─── Records shown ───
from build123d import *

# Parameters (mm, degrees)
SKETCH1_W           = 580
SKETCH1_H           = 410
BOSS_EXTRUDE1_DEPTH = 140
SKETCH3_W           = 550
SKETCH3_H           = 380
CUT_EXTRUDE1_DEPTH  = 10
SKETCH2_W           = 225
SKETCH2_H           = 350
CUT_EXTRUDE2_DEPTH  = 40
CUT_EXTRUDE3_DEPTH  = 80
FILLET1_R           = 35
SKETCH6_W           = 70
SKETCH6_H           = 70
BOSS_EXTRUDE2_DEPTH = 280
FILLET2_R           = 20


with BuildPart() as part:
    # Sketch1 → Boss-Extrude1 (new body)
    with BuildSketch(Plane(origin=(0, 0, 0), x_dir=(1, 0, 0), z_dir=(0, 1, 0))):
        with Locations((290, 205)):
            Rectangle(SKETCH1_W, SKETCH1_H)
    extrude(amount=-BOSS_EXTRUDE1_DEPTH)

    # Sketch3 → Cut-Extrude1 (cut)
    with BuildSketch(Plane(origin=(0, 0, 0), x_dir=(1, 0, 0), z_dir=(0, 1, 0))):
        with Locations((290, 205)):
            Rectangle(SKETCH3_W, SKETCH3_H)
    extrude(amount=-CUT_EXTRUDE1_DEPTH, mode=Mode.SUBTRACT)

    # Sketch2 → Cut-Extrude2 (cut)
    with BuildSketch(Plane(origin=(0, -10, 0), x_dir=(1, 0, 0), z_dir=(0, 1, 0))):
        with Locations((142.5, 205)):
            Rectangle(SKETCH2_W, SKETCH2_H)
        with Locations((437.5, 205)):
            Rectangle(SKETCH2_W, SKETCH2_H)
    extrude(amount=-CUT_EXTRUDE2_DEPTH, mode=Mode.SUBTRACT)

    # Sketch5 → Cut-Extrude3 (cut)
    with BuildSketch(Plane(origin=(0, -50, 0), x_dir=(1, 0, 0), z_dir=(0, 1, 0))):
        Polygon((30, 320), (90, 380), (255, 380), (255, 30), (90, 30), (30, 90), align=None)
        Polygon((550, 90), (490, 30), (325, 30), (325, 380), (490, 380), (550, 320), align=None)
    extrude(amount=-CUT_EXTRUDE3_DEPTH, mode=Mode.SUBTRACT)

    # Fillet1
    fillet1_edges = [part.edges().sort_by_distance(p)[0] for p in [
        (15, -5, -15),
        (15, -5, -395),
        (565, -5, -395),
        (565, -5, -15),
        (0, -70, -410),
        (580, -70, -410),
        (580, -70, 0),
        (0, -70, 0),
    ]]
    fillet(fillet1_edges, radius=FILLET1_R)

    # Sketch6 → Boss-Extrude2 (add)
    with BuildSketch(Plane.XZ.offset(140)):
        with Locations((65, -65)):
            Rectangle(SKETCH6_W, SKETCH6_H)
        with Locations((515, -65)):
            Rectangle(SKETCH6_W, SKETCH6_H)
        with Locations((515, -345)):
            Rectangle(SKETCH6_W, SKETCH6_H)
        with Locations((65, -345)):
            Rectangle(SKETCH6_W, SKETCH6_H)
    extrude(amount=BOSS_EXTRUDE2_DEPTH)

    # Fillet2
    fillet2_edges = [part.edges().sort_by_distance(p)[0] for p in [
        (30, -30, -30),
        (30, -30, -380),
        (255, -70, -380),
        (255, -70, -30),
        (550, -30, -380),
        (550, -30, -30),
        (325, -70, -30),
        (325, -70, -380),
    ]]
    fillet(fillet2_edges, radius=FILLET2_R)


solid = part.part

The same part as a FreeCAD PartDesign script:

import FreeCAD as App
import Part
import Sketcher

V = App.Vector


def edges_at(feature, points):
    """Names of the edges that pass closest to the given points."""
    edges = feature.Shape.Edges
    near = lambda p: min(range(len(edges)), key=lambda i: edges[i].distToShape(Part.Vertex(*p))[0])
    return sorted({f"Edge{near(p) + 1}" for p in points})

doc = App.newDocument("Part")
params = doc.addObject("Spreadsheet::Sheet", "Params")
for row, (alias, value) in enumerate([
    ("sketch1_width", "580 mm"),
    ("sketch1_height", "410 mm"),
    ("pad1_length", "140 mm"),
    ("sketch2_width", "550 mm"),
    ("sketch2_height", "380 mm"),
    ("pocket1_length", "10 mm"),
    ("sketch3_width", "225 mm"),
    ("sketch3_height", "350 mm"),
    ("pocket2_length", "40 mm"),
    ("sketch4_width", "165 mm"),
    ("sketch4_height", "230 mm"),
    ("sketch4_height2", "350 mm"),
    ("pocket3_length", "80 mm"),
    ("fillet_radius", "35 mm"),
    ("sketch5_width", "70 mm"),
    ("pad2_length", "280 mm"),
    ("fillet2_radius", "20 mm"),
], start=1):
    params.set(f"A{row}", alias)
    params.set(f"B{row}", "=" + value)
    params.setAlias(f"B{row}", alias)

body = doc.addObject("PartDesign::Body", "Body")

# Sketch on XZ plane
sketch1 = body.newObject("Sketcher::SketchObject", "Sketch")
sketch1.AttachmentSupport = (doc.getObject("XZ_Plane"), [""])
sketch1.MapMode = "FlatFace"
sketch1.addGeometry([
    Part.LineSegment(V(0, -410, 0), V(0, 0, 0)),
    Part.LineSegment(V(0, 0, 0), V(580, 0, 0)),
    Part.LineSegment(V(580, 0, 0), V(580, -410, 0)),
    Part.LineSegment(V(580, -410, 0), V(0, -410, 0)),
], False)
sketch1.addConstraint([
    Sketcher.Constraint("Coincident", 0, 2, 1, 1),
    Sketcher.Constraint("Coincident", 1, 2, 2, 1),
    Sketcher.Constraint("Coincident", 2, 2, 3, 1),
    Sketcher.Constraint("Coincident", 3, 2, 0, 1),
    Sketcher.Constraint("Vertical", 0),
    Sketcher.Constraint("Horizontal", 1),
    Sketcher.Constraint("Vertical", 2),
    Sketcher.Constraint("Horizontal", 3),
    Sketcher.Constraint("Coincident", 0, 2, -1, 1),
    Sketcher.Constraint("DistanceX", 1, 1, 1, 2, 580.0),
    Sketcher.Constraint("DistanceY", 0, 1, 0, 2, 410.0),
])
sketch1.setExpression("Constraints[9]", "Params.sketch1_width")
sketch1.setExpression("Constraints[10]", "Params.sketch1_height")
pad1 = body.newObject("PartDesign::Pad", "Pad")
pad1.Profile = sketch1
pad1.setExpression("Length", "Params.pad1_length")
───
#### Brief
All that is needed is how many lines of the listing hold the word "BuildSketch", stated as one number.

#### Task response
5